Segment Start: RECORD EXCERPTS

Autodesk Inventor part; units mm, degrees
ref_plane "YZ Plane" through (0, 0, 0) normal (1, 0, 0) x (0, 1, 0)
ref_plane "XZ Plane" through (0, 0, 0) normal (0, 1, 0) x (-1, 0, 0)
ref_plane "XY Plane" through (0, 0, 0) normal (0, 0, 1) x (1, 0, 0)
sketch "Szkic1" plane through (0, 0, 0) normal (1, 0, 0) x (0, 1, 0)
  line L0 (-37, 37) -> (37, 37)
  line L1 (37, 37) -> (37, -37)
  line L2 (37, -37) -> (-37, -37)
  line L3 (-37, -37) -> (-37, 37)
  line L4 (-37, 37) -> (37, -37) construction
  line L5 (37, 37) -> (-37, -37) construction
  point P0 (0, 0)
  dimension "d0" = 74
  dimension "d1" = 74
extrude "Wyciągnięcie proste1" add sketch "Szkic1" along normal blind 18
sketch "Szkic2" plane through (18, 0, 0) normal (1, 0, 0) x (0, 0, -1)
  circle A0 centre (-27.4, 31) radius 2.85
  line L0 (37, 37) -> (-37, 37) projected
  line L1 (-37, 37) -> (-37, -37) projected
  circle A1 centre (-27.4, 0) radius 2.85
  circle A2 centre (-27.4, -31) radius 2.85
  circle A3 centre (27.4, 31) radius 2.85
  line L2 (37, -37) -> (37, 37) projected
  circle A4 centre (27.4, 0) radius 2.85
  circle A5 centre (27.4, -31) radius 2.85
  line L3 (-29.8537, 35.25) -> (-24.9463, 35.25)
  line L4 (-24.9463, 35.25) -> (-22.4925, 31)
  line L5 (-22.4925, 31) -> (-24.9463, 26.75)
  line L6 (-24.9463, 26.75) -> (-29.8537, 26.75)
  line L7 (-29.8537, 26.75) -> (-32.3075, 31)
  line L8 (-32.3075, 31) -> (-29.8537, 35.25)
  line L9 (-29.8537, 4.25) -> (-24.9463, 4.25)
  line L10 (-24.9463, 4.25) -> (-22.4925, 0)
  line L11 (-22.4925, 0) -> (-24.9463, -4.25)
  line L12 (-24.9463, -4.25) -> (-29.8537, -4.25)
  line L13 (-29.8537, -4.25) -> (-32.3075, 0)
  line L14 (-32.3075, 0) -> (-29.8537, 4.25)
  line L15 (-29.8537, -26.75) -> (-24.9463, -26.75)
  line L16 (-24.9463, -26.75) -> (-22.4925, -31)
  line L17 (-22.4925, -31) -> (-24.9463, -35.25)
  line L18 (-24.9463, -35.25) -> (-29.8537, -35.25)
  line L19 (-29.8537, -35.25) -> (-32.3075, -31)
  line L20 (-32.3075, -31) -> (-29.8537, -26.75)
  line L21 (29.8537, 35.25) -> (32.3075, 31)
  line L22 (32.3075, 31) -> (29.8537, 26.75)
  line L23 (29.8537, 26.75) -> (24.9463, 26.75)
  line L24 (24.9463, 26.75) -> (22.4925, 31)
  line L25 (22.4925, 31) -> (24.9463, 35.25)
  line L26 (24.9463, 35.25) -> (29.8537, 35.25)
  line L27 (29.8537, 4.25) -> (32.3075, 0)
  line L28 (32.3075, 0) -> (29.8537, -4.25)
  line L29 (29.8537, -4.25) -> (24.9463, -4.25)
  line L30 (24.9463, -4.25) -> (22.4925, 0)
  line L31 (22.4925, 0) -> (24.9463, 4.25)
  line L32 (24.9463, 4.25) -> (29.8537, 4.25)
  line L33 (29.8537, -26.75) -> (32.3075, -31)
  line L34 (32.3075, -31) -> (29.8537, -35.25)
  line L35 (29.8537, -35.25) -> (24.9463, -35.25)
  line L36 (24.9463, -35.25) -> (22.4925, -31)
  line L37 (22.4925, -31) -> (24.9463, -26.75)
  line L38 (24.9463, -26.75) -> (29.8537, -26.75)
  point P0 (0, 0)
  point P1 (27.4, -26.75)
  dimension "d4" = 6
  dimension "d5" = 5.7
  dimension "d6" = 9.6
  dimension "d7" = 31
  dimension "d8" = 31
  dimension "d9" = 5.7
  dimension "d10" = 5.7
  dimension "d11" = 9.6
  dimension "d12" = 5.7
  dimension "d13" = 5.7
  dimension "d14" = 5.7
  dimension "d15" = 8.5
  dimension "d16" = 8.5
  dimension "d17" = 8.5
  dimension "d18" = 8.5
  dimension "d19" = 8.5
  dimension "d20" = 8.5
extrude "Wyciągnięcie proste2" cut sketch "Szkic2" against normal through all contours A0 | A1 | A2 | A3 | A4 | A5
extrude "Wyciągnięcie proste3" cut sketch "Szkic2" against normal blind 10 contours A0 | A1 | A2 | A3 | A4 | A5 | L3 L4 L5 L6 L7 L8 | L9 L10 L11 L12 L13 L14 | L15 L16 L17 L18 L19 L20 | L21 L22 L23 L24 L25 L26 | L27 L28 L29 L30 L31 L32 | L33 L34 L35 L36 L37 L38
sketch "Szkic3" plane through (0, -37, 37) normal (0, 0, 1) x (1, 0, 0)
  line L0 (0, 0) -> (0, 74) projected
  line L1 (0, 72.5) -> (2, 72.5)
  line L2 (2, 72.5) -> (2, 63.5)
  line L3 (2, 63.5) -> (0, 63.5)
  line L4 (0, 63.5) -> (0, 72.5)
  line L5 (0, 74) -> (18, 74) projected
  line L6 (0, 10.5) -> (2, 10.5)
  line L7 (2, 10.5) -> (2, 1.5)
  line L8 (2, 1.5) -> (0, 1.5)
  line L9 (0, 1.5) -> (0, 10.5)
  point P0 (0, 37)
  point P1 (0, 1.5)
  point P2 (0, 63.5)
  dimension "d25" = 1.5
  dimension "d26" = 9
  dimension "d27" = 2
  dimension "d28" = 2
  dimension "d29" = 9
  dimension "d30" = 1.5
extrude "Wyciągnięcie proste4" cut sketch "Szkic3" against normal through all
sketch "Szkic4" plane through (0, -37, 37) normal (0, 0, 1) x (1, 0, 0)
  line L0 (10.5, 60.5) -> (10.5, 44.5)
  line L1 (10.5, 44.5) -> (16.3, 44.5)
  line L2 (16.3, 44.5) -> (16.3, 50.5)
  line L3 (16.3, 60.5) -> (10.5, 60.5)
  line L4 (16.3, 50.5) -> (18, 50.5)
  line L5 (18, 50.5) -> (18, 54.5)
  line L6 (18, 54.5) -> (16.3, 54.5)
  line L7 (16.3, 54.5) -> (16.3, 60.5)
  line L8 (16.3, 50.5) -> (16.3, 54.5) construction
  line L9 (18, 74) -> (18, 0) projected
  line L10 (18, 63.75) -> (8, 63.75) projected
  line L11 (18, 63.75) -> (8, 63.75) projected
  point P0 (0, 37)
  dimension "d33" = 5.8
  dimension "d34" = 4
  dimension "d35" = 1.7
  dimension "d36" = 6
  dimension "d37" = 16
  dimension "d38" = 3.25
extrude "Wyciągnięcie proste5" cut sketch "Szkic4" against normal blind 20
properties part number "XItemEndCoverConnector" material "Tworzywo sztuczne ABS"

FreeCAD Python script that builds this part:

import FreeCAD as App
import Part
import Sketcher
from FreeCAD import Vector
Q = App.Units.Quantity

doc = App.newDocument("Part")
body = doc.addObject("PartDesign::Body", "Body")

sketch1 = body.newObject("Sketcher::SketchObject", "Sketch")
sketch1.AttachmentSupport = (doc.getObject("YZ_Plane"), [""])
sketch1.MapMode = "FlatFace"
sketch1.addGeometry([
    Part.LineSegment(Vector(37, 37, 0), Vector(-37, 37, 0)),
    Part.LineSegment(Vector(-37, 37, 0), Vector(-37, -37, 0)),
    Part.LineSegment(Vector(-37, -37, 0), Vector(37, -37, 0)),
    Part.LineSegment(Vector(37, -37, 0), Vector(37, 37, 0)),
], False)
sketch1.addConstraint([
    Sketcher.Constraint("Coincident", 0, 2, 1, 1),
    Sketcher.Constraint("Coincident", 1, 2, 2, 1),
    Sketcher.Constraint("Coincident", 2, 2, 3, 1),
    Sketcher.Constraint("Coincident", 3, 2, 0, 1),
    Sketcher.Constraint("Horizontal", 0),
    Sketcher.Constraint("Vertical", 1),
    Sketcher.Constraint("Horizontal", 2),
    Sketcher.Constraint("Vertical", 3),
    Sketcher.Constraint("Symmetric", 0, 2, 2, 2, -1, 1),
    Sketcher.Constraint("Equal", 2, 1),
    Sketcher.Constraint("DistanceX", 0, 2, 0, 1, 74.0),
])
pad1 = body.newObject("PartDesign::Pad", "Pad")
pad1.Profile = sketch1
pad1.Length = 18

sketch2 = body.newObject("Sketcher::SketchObject", "Sketch001")
sketch2.AttachmentSupport = (doc.getObject("YZ_Plane"), [""])
sketch2.MapMode = "FlatFace"
sketch2.AttachmentOffset = App.Placement(Vector(0, 0, 18), App.Rotation())
sketch2.addGeometry([
    Part.Circle(Vector(31, 27.4, 0), Vector(0, 0, 1), 2.85),
    Part.Circle(Vector(0, 27.4, 0), Vector(0, 0, 1), 2.85),
    Part.Circle(Vector(-31, 27.4, 0), Vector(0, 0, 1), 2.85),
    Part.Circle(Vector(31, -27.4, 0), Vector(0, 0, 1), 2.85),
    Part.Circle(Vector(0, -27.4, 0), Vector(0, 0, 1), 2.85),
    Part.Circle(Vector(-31, -27.4, 0), Vector(0, 0, 1), 2.85),
], False)
sketch2.addConstraint([
    Sketcher.Constraint("Equal", 0, 1),
    Sketcher.Constraint("Equal", 1, 2),
    Sketcher.Constraint("Equal", 2, 3),
    Sketcher.Constraint("Equal", 3, 4),
    Sketcher.Constraint("Equal", 4, 5),
    Sketcher.Constraint("Symmetric", 2, 3, 3, 3, -1, 1),
    Sketcher.Constraint("Symmetric", 1, 3, 4, 3, -1, 1),
    Sketcher.Constraint("Symmetric", 0, 3, 5, 3, -1, 1),
    Sketcher.Constraint("Symmetric", 0, 3, 2, 3, -2),
    Sketcher.Constraint("PointOnObject", 1, 3, -2),
    Sketcher.Constraint("Horizontal", 0, 3, 1, 3),
    Sketcher.Constraint("Diameter", 0, 5.7),
    Sketcher.Constraint("DistanceX", -1, 1, 0, 3, 31.0),
    Sketcher.Constraint("DistanceY", -1, 1, 0, 3, 27.4),
])
pocket1 = body.newObject("PartDesign::Pocket", "Pocket")
pocket1.Profile = sketch2
pocket1.Type = "ThroughAll"

sketch3 = body.newObject("Sketcher::SketchObject", "Sketch002")
sketch3.AttachmentSupport = (doc.getObject("YZ_Plane"), [""])
sketch3.MapMode = "FlatFace"
sketch3.AttachmentOffset = App.Placement(Vector(0, 0, 18), App.Rotation())
sketch3.addGeometry([
    Part.LineSegment(Vector(35.25, 24.9463, 0), Vector(35.25, 29.8537, 0)),
    Part.LineSegment(Vector(35.25, 29.8537, 0), Vector(31, 32.3075, 0)),
    Part.LineSegment(Vector(31, 32.3075, 0), Vector(26.75, 29.8537, 0)),
    Part.LineSegment(Vector(26.75, 29.8537, 0), Vector(26.75, 24.9463, 0)),
    Part.LineSegment(Vector(26.75, 24.9463, 0), Vector(31, 22.4925, 0)),
    Part.LineSegment(Vector(31, 22.4925, 0), Vector(35.25, 24.9463, 0)),
    Part.LineSegment(Vector(4.25, 24.9463, 0), Vector(4.25, 29.8537, 0)),
    Part.LineSegment(Vector(4.25, 29.8537, 0), Vector(0, 32.3075, 0)),
    Part.LineSegment(Vector(0, 32.3075, 0), Vector(-4.25, 29.8537, 0)),
    Part.LineSegment(Vector(-4.25, 29.8537, 0), Vector(-4.25, 24.9463, 0)),
    Part.LineSegment(Vector(-4.25, 24.9463, 0), Vector(0, 22.4925, 0)),
    Part.LineSegment(Vector(0, 22.4925, 0), Vector(4.25, 24.9463, 0)),
    Part.LineSegment(Vector(-26.75, 24.9463, 0), Vector(-26.75, 29.8537, 0)),
    Part.LineSegment(Vector(-26.75, 29.8537, 0), Vector(-31, 32.3075, 0)),
    Part.LineSegment(Vector(-31, 32.3075, 0), Vector(-35.25, 29.8537, 0)),
    Part.LineSegment(Vector(-35.25, 29.8537, 0), Vector(-35.25, 24.9463, 0)),
    Part.LineSegment(Vector(-35.25, 24.9463, 0), Vector(-31, 22.4925, 0)),
    Part.LineSegment(Vector(-31, 22.4925, 0), Vector(-26.75, 24.9463, 0)),
    Part.LineSegment(Vector(31, -32.3075, 0), Vector(35.25, -29.8537, 0)),
    Part.LineSegment(Vector(35.25, -29.8537, 0), Vector(35.25, -24.9463, 0)),
    Part.LineSegment(Vector(35.25, -24.9463, 0), Vector(31, -22.4925, 0)),
    Part.LineSegment(Vector(31, -22.4925, 0), Vector(26.75, -24.9463, 0)),
    Part.LineSegment(Vector(26.75, -24.9463, 0), Vector(26.75, -29.8537, 0)),
    Part.LineSegment(Vector(26.75, -29.8537, 0), Vector(31, -32.3075, 0)),
    Part.LineSegment(Vector(0, -32.3075, 0), Vector(4.25, -29.8537, 0)),
    Part.LineSegment(Vector(4.25, -29.8537, 0), Vector(4.25, -24.9463, 0)),
    Part.LineSegment(Vector(4.25, -24.9463, 0), Vector(0, -22.4925, 0)),
    Part.LineSegment(Vector(0, -22.4925, 0), Vector(-4.25, -24.9463, 0)),
    Part.LineSegment(Vector(-4.25, -24.9463, 0), Vector(-4.25, -29.8537, 0)),
    Part.LineSegment(Vector(-4.25, -29.8537, 0), Vector(0, -32.3075, 0)),
    Part.LineSegment(Vector(-31, -32.3075, 0), Vector(-26.75, -29.8537, 0)),
    Part.LineSegment(Vector(-26.75, -29.8537, 0), Vector(-26.75, -24.9463, 0)),
    Part.LineSegment(Vector(-26.75, -24.9463, 0), Vector(-31, -22.4925, 0)),
    Part.LineSegment(Vector(-31, -22.4925, 0), Vector(-35.25, -24.9463, 0)),
    Part.LineSegment(Vector(-35.25, -24.9463, 0), Vector(-35.25, -29.8537, 0)),
    Part.LineSegment(Vector(-35.25, -29.8537, 0), Vector(-31, -32.3075, 0)),
], False)
sketch3.addConstraint([
    Sketcher.Constraint("Coincident", 0, 2, 1, 1),
    Sketcher.Constraint("Coincident", 1, 2, 2, 1),
    Sketcher.Constraint("Coincident", 2, 2, 3, 1),
    Sketcher.Constraint("Coincident", 3, 2, 4, 1),
    Sketcher.Constraint("Coincident", 4, 2, 5, 1),
    Sketcher.Constraint("Coincident", 5, 2, 0, 1),
    Sketcher.Constraint("Coincident", 6, 2, 7, 1),
    Sketcher.Constraint("Coincident", 7, 2, 8, 1),
    Sketcher.Constraint("Coincident", 8, 2, 9, 1),
    Sketcher.Constraint("Coincident", 9, 2, 10, 1),
    Sketcher.Constraint("Coincident", 10, 2, 11, 1),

Segment End: RECORD EXCERPTS

◆ WHAT NEEDS TO BE DONE: Could you set down, word for word, only the lines above from the line with "circle A3 centre (27.4, 31) radius 2.85" to the line with "line L23 (29.8537, 26.75)", including both?

◆ SOLUTION TO THE PROBLEM:
  circle A3 centre (27.4, 31) radius 2.85
  line L2 (37, -37) -> (37, 37) projected
  circle A4 centre (27.4, 0) radius 2.85
  circle A5 centre (27.4, -31) radius 2.85
  line L3 (-29.8537, 35.25) -> (-24.9463, 35.25)
  line L4 (-24.9463, 35.25) -> (-22.4925, 31)
  line L5 (-22.4925, 31) -> (-24.9463, 26.75)
  line L6 (-24.9463, 26.75) -> (-29.8537, 26.75)
  line L7 (-29.8537, 26.75) -> (-32.3075, 31)
  line L8 (-32.3075, 31) -> (-29.8537, 35.25)
  line L9 (-29.8537, 4.25) -> (-24.9463, 4.25)
  line L10 (-24.9463, 4.25) -> (-22.4925, 0)
  line L11 (-22.4925, 0) -> (-24.9463, -4.25)
  line L12 (-24.9463, -4.25) -> (-29.8537, -4.25)
  line L13 (-29.8537, -4.25) -> (-32.3075, 0)
  line L14 (-32.3075, 0) -> (-29.8537, 4.25)
  line L15 (-29.8537, -26.75) -> (-24.9463, -26.75)
  line L16 (-24.9463, -26.75) -> (-22.4925, -31)
  line L17 (-22.4925, -31) -> (-24.9463, -35.25)
  line L18 (-24.9463, -35.25) -> (-29.8537, -35.25)
  line L19 (-29.8537, -35.25) -> (-32.3075, -31)
  line L20 (-32.3075, -31) -> (-29.8537, -26.75)
  line L21 (29.8537, 35.25) -> (32.3075, 31)
  line L22 (32.3075, 31) -> (29.8537, 26.75)
  line L23 (29.8537, 26.75) -> (24.9463, 26.75)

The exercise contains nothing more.